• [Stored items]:
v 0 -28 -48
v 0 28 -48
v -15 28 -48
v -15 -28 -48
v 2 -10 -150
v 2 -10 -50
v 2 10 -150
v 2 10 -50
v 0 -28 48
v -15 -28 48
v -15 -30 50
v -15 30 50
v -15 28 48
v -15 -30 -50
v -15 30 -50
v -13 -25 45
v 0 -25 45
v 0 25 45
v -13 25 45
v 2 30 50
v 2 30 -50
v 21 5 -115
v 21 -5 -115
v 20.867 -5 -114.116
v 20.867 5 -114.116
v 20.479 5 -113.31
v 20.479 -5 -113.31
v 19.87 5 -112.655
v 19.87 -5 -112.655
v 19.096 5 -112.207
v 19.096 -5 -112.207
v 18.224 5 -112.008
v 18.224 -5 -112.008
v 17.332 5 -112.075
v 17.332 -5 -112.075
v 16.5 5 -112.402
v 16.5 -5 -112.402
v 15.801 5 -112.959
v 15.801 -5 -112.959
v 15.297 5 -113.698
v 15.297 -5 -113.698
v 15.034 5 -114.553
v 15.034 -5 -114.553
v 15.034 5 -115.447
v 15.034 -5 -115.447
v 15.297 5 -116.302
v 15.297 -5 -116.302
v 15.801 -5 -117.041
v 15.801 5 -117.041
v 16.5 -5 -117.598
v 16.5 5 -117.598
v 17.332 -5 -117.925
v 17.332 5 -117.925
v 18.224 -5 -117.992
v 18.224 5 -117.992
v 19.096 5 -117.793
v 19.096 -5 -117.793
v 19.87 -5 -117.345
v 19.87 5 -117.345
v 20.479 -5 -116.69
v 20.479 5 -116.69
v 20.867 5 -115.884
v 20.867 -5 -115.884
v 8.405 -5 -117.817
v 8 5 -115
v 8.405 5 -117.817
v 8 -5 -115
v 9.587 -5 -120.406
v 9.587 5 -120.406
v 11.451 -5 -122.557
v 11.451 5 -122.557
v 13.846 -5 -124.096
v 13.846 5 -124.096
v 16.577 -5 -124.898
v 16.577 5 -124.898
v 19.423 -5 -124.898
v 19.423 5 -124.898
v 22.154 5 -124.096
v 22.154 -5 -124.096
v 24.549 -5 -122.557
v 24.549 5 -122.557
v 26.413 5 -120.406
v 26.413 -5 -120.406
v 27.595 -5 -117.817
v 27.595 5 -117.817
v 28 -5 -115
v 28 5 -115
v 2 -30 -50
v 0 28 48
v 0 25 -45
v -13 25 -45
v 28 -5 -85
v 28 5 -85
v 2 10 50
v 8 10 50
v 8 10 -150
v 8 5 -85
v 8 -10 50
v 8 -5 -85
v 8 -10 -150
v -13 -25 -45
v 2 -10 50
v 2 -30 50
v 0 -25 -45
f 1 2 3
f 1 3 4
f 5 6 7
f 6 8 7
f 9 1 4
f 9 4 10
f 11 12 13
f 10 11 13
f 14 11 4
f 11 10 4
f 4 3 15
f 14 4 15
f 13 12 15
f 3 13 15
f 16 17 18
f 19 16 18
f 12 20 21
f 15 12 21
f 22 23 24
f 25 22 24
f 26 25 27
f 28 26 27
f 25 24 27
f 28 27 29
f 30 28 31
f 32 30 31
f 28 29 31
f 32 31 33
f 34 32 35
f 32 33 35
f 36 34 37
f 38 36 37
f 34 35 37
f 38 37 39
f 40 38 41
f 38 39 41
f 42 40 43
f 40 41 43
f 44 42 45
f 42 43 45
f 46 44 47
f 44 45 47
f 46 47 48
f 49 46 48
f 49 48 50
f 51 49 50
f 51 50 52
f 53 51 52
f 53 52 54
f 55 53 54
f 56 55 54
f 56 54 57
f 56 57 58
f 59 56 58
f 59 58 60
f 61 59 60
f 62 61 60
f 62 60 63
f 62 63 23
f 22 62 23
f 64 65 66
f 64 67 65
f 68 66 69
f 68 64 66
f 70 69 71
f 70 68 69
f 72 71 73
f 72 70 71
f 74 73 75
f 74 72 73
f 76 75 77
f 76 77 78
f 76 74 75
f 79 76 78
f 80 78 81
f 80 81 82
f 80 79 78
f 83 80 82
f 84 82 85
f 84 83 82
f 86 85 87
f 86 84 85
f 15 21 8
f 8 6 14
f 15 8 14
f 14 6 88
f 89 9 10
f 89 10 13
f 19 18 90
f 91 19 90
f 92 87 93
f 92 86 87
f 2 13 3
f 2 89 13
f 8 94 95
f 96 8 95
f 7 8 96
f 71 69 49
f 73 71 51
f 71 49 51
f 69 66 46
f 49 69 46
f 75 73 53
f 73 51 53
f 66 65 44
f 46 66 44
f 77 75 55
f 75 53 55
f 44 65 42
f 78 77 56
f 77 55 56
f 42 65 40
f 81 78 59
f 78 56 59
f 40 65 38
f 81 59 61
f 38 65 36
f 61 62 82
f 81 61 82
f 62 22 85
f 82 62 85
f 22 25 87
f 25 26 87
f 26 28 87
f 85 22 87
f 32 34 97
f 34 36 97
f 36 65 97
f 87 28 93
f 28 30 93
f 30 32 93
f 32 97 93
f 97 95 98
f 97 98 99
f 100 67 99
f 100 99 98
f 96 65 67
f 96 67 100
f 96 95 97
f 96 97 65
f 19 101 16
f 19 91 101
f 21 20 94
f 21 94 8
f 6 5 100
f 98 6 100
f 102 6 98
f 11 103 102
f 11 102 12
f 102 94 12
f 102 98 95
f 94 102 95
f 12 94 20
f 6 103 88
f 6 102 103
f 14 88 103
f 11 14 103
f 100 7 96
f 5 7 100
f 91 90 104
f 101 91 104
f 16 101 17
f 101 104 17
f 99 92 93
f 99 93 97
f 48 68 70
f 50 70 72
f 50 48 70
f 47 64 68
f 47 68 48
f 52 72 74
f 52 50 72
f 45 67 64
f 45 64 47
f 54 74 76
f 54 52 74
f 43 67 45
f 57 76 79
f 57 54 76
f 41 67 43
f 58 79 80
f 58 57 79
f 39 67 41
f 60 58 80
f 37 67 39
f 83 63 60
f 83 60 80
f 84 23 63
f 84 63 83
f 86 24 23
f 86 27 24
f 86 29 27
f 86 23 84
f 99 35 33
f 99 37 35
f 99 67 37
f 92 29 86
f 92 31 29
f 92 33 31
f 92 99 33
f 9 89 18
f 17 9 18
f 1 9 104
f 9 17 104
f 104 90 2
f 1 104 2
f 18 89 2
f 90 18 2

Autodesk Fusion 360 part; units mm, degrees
sketch "Sketch1" plane through (0, 0, 0) normal (1, 0, 0) x (0, 0, -1)
  line L0 (-50, 30) -> (50, 30)
  line L1 (50, 30) -> (50, -30)
  line L2 (50, -30) -> (-50, -30)
  line L3 (-50, -30) -> (-50, 30)
  line L4 (48, -28) -> (-48, -28)
  line L5 (-48, -28) -> (-48, 28)
  line L6 (-48, 28) -> (48, 28)
  line L7 (48, 28) -> (48, -28)
  dimension "d1" = 100
  dimension "d2" = 60
  dimension "d3" = 2
  dimension "d17" = 30
  dimension "d18" = 50
extrude "Extrude1" add sketch "Sketch1" along normal blind 2 contours L0 L1 L2 L3 | L4 L5 L6 L7
extrude "Extrude2" add sketch "Sketch1" against normal blind 15
sketch "Sketch2" plane through (0, 0, 0) normal (-1, 0, 0) x (0, 0, 1)
  line L0 (-48, 28) -> (-48, -28)
  line L1 (-48, -28) -> (48, -28)
  line L2 (48, -28) -> (48, 28)
  line L3 (48, 28) -> (-48, 28)
  line L4 (45, 25) -> (-45, 25)
  line L5 (-45, 25) -> (-45, -25)
  line L6 (-45, -25) -> (45, -25)
  line L7 (45, -25) -> (45, 25)
  line L8 (45, 25) -> (-45, -25) construction
  line L9 (-45, 25) -> (45, -25) construction
  dimension "d8" = 90
  dimension "d9" = 50
extrude "Extrude3" add sketch "Sketch2" along normal blind 13 contours L4 L5 L6 L7
sketch "Sketch4" plane through (2, 0, 0) normal (1, 0, 0) x (0, 0, -1)
  line L0 (-50, -30) -> (50, -30)
  line L1 (50, -30) -> (50, 30)
  line L2 (50, 30) -> (-50, 30)
  line L3 (-50, 30) -> (-50, -30)
  line L4 (-50, 10) -> (150, 10)
  line L5 (150, 10) -> (150, -10)
  line L6 (150, -10) -> (-50, -10)
  line L7 (-50, -10) -> (-50, 10)
extrude "Extrude4" add sketch "Sketch4" along normal blind 6 contours L1 L3 L4 L6 L7 | L1 L4 L5 L6
sketch "Sketch5" plane through (0, -10, 0) normal (0, -1, 0) x (1, 0, 0)
  line L0 (2, -50) -> (2, -150)
  line L1 (2, -150) -> (8, -150)
  line L2 (8, -150) -> (8, 50)
  line L3 (8, 50) -> (2, 50)
  line L4 (2, 50) -> (2, -50)
  line L5 (28, -115) -> (28, -85)
  line L6 (28, -85) -> (8, -85)
  arc A0 (8, -115) -> (28, -115) centre (18, -115) ccw
  circle A1 centre (18, -115) radius 3
  dimension "d28" = 6
extrude "Extrude5" add sketch "Sketch5" against normal blind 10 from surface at -5 contours L2 L5 L6 A0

• [Instructions for the task]: Copy exactly the lines from the top of the entries through the line with "v 26.413 5 -120.406" in it, please, keeping both ends and adding nothing.

• [Expected answer]:
v 0 -28 -48
v 0 28 -48
v -15 28 -48
v -15 -28 -48
v 2 -10 -150
v 2 -10 -50
v 2 10 -150
v 2 10 -50
v 0 -28 48
v -15 -28 48
v -15 -30 50
v -15 30 50
v -15 28 48
v -15 -30 -50
v -15 30 -50
v -13 -25 45
v 0 -25 45
v 0 25 45
v -13 25 45
v 2 30 50
v 2 30 -50
v 21 5 -115
v 21 -5 -115
v 20.867 -5 -114.116
v 20.867 5 -114.116
v 20.479 5 -113.31
v 20.479 -5 -113.31
v 19.87 5 -112.655
v 19.87 -5 -112.655
v 19.096 5 -112.207
v 19.096 -5 -112.207
v 18.224 5 -112.008
v 18.224 -5 -112.008
v 17.332 5 -112.075
v 17.332 -5 -112.075
v 16.5 5 -112.402
v 16.5 -5 -112.402
v 15.801 5 -112.959
v 15.801 -5 -112.959
v 15.297 5 -113.698
v 15.297 -5 -113.698
v 15.034 5 -114.553
v 15.034 -5 -114.553
v 15.034 5 -115.447
v 15.034 -5 -115.447
v 15.297 5 -116.302
v 15.297 -5 -116.302
v 15.801 -5 -117.041
v 15.801 5 -117.041
v 16.5 -5 -117.598
v 16.5 5 -117.598
v 17.332 -5 -117.925
v 17.332 5 -117.925
v 18.224 -5 -117.992
v 18.224 5 -117.992
v 19.096 5 -117.793
v 19.096 -5 -117.793
v 19.87 -5 -117.345
v 19.87 5 -117.345
v 20.479 -5 -116.69
v 20.479 5 -116.69
v 20.867 5 -115.884
v 20.867 -5 -115.884
v 8.405 -5 -117.817
v 8 5 -115
v 8.405 5 -117.817
v 8 -5 -115
v 9.587 -5 -120.406
v 9.587 5 -120.406
v 11.451 -5 -122.557
v 11.451 5 -122.557
v 13.846 -5 -124.096
v 13.846 5 -124.096
v 16.577 -5 -124.898
v 16.577 5 -124.898
v 19.423 -5 -124.898
v 19.423 5 -124.898
v 22.154 5 -124.096
v 22.154 -5 -124.096
v 24.549 -5 -122.557
v 24.549 5 -122.557
v 26.413 5 -120.406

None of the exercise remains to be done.